[Lavengro by George Borrow]@TWC D-Link bookLavengro CHAPTER IX 4/8
We saw, however, both men and women working at a distance in the fields. I was thirsty; and going up to an ancient crone, employed in the manner which I have described, I asked her for water; she looked me in the face, appeared to consider a moment, then tottering into her hut, presently reappeared with a small pipkin of milk, which she offered to me with a trembling hand.
I drank the milk; it was sour, but I found it highly refreshing.

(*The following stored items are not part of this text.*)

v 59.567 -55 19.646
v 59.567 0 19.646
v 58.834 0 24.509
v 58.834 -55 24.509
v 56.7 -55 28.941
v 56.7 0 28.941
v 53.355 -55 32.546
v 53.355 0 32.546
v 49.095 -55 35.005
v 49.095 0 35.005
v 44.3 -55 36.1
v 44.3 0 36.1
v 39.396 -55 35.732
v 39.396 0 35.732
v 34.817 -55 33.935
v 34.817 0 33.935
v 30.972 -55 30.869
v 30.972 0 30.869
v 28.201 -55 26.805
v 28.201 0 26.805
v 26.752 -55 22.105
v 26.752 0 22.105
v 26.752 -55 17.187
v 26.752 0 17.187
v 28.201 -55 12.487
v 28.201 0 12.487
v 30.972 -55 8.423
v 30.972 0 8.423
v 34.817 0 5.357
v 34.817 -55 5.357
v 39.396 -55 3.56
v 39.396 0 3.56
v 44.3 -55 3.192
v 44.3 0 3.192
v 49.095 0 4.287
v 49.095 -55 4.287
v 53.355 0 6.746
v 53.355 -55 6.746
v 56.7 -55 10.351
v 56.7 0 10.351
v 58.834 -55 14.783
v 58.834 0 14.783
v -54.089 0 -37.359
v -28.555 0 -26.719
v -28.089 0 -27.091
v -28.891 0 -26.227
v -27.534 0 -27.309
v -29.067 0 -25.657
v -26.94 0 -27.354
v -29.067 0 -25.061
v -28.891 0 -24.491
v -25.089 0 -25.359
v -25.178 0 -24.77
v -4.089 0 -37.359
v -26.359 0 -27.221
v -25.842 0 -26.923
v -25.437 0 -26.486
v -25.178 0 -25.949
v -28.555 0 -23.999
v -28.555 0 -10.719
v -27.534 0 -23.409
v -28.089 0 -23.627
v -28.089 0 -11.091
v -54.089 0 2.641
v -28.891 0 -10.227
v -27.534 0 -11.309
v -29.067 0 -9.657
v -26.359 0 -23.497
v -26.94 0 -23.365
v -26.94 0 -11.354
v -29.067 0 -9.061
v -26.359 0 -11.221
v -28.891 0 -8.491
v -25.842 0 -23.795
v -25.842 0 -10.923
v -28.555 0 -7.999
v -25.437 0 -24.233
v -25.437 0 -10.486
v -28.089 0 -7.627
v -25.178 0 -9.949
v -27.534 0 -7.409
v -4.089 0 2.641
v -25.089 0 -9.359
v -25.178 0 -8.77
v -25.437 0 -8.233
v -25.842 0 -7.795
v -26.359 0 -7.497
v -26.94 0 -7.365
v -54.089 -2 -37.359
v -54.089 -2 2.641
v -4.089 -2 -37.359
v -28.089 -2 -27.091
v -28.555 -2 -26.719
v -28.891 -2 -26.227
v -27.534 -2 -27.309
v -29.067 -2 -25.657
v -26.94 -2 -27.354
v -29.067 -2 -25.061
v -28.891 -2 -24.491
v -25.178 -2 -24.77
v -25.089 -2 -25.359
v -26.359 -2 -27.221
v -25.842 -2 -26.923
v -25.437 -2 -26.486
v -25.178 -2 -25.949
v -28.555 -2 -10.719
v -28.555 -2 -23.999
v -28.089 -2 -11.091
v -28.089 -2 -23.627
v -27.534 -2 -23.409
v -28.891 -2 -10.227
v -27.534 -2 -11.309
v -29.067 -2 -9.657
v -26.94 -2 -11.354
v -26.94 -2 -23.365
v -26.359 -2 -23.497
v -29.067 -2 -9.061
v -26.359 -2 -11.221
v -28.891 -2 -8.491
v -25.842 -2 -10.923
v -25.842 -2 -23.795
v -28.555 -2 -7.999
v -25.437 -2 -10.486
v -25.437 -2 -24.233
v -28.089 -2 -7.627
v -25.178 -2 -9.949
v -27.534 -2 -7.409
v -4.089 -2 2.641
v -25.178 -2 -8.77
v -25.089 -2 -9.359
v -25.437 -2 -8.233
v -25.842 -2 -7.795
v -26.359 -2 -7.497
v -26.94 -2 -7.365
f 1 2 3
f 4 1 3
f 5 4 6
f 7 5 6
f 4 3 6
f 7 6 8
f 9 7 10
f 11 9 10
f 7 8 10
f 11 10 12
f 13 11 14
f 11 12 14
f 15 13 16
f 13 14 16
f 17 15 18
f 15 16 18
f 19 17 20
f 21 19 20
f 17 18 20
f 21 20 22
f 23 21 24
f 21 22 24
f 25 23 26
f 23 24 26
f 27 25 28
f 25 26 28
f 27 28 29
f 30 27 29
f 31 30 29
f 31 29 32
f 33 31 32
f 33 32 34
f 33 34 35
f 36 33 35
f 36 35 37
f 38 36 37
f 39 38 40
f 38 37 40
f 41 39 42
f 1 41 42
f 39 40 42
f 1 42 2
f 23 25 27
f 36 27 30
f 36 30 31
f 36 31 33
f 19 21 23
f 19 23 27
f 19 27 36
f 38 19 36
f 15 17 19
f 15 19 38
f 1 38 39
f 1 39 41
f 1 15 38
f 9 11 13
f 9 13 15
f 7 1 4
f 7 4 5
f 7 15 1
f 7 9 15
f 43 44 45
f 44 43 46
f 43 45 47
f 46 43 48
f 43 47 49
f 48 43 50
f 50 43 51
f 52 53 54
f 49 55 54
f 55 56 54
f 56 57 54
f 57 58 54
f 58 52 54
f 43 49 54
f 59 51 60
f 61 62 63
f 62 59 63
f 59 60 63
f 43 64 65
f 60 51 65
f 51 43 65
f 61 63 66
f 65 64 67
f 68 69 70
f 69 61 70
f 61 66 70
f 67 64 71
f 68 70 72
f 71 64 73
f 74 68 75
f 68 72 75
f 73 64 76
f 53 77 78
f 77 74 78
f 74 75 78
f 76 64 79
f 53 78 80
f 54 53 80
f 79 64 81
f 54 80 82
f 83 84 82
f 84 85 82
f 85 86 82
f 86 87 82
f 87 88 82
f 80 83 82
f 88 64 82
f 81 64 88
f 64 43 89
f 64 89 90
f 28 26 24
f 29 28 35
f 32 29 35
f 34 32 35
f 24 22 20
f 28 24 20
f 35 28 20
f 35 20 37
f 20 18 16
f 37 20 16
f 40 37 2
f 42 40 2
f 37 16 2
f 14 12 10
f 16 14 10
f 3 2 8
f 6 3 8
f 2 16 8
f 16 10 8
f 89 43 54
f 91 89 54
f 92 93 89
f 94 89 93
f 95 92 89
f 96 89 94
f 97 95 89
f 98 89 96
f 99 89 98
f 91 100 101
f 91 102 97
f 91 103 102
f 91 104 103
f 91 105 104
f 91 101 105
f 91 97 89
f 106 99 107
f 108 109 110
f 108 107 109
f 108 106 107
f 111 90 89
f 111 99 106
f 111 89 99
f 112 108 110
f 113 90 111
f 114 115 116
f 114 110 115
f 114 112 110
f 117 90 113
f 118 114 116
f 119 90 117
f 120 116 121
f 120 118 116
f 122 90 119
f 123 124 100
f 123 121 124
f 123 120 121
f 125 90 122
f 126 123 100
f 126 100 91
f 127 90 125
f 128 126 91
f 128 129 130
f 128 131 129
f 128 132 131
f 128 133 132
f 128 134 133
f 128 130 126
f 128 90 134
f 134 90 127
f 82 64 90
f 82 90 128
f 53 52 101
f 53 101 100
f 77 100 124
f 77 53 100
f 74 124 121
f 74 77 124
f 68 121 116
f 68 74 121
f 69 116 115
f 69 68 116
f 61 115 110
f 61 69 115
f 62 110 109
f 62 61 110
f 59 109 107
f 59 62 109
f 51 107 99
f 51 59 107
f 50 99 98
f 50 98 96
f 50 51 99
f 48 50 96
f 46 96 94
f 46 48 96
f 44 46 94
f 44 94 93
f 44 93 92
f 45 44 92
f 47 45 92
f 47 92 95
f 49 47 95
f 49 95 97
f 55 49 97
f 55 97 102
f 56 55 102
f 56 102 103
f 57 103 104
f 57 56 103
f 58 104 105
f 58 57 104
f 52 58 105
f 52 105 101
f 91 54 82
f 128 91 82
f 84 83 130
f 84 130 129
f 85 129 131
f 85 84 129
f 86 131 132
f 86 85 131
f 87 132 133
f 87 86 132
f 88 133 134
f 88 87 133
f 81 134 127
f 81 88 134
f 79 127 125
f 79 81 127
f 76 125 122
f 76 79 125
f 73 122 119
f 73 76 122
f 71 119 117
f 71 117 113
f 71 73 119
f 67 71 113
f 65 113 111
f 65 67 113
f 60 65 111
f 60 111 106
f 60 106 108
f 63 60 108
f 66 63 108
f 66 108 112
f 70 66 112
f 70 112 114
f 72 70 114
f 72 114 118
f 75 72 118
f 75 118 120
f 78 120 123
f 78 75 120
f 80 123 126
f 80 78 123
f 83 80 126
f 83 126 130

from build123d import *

# Parameters (mm, degrees)
F0_W     = 50
F0_H     = 40
F0_R     = 2
F1_DEPTH = 2
F2_R     = 16.5
F3_DEPTH = 55


with BuildPart() as f1:
    # F0 (on Front) → F1 (new body)
    with BuildSketch(Plane.XZ):
        with Locations((-29.089227, -17.359149)):
            Rectangle(F0_W, F0_H)
        with Locations((-27.089227, -25.359149)):
            Circle(F0_R, mode=Mode.SUBTRACT)
        with Locations((-27.089227, -9.359149)):
            Circle(F0_R, mode=Mode.SUBTRACT)
    extrude(amount=F1_DEPTH)


with BuildPart() as f3:
    # F2 (on Front) → F3 (new body)
    with BuildSketch(Plane.XZ):
        with Locations((43.06734, 19.64603)):
            Circle(F2_R)
    extrude(amount=F3_DEPTH)


solid = Compound([f1.part, f3.part])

I then took out a penny and offered it to her, whereupon she shook her head, smiled, and, patting my face with her skinny hand, murmured some words in a tongue which I had never heard before. I walked on by my father's side, holding the stirrup-leather of his horse; presently several low uncouth cars passed by, drawn by starved cattle: the drivers were tall fellows, with dark features and athletic frames--they wore long loose blue cloaks with sleeves, which last, however, dangled unoccupied: these cloaks appeared in tolerably good condition, not so their under garments.

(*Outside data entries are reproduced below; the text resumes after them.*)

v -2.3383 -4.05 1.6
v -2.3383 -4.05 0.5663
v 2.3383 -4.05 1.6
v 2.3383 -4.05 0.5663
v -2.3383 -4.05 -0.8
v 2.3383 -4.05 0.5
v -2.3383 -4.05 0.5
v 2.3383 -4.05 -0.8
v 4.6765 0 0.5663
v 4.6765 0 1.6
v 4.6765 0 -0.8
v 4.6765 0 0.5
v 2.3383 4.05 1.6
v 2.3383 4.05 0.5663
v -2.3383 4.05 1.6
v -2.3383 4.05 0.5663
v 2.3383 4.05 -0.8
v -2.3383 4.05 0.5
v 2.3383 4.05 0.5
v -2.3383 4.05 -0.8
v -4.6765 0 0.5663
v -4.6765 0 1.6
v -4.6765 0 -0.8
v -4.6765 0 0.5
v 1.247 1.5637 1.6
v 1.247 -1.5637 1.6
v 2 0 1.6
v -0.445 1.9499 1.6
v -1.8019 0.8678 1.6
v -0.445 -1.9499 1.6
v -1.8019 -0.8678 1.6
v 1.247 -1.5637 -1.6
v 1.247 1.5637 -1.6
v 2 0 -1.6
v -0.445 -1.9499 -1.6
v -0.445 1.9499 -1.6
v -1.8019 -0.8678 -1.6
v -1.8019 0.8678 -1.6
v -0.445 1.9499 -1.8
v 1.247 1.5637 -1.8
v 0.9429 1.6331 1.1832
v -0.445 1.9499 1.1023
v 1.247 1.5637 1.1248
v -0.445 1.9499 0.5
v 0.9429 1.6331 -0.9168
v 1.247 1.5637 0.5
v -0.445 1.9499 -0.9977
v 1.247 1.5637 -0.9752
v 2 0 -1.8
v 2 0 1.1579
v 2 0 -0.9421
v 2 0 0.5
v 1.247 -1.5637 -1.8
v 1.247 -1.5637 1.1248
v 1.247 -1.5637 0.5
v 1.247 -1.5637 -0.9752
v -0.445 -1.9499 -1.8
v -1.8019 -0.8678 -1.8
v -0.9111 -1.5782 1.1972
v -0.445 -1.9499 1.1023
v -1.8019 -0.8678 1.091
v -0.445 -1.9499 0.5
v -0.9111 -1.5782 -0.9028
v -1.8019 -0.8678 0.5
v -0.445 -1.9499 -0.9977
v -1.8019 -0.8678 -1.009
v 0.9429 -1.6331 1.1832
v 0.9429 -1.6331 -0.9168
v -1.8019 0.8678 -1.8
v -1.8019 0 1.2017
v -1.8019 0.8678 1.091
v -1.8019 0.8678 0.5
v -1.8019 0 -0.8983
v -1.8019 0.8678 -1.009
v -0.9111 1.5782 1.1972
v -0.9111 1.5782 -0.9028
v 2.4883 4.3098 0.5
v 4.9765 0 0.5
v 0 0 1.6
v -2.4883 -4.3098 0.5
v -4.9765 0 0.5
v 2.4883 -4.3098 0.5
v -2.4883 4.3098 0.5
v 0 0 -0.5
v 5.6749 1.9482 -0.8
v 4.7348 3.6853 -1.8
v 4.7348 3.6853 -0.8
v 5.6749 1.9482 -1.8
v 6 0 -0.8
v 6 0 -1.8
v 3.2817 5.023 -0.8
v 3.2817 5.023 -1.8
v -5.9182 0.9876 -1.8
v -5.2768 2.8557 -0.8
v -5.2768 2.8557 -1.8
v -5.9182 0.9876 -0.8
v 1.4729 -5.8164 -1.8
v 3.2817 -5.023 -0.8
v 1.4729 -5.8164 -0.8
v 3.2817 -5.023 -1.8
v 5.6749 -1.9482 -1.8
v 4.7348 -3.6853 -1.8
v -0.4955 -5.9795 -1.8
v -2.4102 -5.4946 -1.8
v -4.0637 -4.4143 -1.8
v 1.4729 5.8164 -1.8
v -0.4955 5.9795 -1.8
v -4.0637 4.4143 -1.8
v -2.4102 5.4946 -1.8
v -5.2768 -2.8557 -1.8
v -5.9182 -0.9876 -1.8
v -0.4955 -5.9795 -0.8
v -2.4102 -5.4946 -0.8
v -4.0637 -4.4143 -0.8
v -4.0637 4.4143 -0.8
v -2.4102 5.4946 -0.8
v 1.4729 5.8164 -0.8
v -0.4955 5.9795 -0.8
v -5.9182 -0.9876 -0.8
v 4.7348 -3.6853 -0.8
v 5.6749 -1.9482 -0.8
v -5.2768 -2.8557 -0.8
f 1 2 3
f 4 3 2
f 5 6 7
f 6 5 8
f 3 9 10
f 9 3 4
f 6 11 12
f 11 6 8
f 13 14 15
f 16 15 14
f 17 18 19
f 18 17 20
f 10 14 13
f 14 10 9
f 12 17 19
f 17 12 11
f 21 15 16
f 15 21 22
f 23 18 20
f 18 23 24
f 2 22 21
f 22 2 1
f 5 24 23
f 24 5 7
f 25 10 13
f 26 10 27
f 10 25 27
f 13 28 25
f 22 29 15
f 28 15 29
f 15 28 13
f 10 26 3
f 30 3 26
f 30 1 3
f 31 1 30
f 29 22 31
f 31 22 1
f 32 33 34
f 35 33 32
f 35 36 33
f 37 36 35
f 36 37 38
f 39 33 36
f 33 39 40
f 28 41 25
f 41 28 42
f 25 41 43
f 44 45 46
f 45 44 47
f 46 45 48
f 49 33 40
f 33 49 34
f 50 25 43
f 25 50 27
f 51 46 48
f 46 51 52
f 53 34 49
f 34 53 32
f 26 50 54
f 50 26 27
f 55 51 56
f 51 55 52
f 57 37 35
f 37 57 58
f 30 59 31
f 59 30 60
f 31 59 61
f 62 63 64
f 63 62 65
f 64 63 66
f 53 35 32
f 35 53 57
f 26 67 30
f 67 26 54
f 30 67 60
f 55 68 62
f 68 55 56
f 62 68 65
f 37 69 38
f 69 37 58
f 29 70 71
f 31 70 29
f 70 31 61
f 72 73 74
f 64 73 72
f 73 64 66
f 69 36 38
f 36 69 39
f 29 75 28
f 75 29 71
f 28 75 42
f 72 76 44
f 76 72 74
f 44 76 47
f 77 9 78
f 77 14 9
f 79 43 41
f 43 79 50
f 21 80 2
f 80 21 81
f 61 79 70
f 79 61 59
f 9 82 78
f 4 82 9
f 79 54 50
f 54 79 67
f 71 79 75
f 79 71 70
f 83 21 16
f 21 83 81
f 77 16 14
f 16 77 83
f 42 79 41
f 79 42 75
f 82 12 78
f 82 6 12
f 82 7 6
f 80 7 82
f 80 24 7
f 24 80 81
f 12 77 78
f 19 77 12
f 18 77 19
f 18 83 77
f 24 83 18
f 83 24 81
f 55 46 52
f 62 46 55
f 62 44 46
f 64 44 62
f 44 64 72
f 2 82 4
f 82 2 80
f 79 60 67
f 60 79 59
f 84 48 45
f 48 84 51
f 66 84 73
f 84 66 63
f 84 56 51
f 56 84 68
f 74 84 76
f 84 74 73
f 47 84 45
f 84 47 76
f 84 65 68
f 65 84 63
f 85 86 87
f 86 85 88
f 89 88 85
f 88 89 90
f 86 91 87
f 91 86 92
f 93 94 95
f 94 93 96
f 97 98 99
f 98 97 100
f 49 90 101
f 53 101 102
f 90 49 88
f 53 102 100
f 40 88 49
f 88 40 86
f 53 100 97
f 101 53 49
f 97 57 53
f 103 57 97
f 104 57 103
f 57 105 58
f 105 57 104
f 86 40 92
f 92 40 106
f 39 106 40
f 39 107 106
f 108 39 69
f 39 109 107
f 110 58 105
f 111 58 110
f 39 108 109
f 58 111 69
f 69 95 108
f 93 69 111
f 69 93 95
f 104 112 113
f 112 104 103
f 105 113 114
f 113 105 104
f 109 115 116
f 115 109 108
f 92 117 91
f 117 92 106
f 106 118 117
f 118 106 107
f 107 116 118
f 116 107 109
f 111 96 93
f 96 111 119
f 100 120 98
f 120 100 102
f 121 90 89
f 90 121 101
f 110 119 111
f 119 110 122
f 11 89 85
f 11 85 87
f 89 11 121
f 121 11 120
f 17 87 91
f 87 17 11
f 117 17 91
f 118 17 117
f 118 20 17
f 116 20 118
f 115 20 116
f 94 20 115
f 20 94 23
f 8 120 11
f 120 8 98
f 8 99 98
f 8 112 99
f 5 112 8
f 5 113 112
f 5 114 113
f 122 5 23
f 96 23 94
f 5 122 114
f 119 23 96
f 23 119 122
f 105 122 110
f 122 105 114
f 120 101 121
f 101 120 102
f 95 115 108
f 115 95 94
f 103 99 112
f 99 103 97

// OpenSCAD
// Parameters
thread_nominal_diameter_mm = 4; //[2:8:0.1]
across_flats_mm = 8.1; //[4.05:16.2:0.1]
thickness_mm = 3.2; //[1.6:6.4:0.1]
hole_diameter_mm = 4; //[2:6:0.05]
chamfer_mm = 0.3; //[0:1.2:0.05]
corner_radius_mm = 0; //[0:1:0.05]
tolerance_mm = 0; //[-0.2:0.4:0.01]
overlap_mm = 0.8; //[0.2:2:0.1]
washer_outer_diameter_mm = 12; //[6:24:0.1]
washer_thickness_mm = 1; //[0.5:2:0.05]

// Hex Nut with Washer
module nut_and_washer() {
  color("DimGray") {
    // Hex Nut Body
    difference() {
      cylinder(h=thickness_mm, r=(across_flats_mm + tolerance_mm) / (2 * cos(30)), center=true, $fn=6);
      // Central Through Hole
      cylinder(h=thickness_mm + 2*overlap_mm, r=(hole_diameter_mm + tolerance_mm) / 2, center=true);
    }
    // Top and Bottom Chamfers
    difference() {
      union() {
        translate([0, 0, thickness_mm/2 - (chamfer_mm + overlap_mm)/2])
          cylinder(h=chamfer_mm + overlap_mm, r1=(across_flats_mm + tolerance_mm) / (2 * cos(30)) + chamfer_mm, r2=0, center=true, $fn=6);
        translate([0, 0, -thickness_mm/2 + (chamfer_mm + overlap_mm)/2])
          cylinder(h=chamfer_mm + overlap_mm, r1=(across_flats_mm + tolerance_mm) / (2 * cos(30)) + chamfer_mm, r2=0, center=true, $fn=6);
      }
    }
  }
  
  // Washer
  color("Silver") {
    difference() {
      translate([0, 0, -thickness_mm/2 - washer_thickness_mm/2 + overlap_mm])
        cylinder(h=washer_thickness_mm, r=washer_outer_diameter_mm/2, center=true);
      translate([0, 0, -thickness_mm/2 - washer_thickness_mm/2 + overlap_mm])
        cylinder(h=washer_thickness_mm + 2*overlap_mm, r=(hole_diameter_mm + tolerance_mm) / 2, center=true);
    }
  }
}

// Assembly
module assembly() {
  nut_and_washer();
}

assembly();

On their heads were broad slouching hats: the generality of them were bare-footed.
As they passed, the soldiers jested with them in the patois of East Anglia, whereupon the fellows laughed, and appeared to jest with the soldiers; but what they said who knows, it being in a rough guttural language, strange and wild. The soldiers stared at each other, and were silent. 'A strange language that!' said a young officer to my father, 'I don't understand a word of it; what can it be ?' 'Irish!' said my father, with a loud voice, 'and a bad language it is, I have known it of old, that is, I have often heard it spoken when I was a guardsman in London.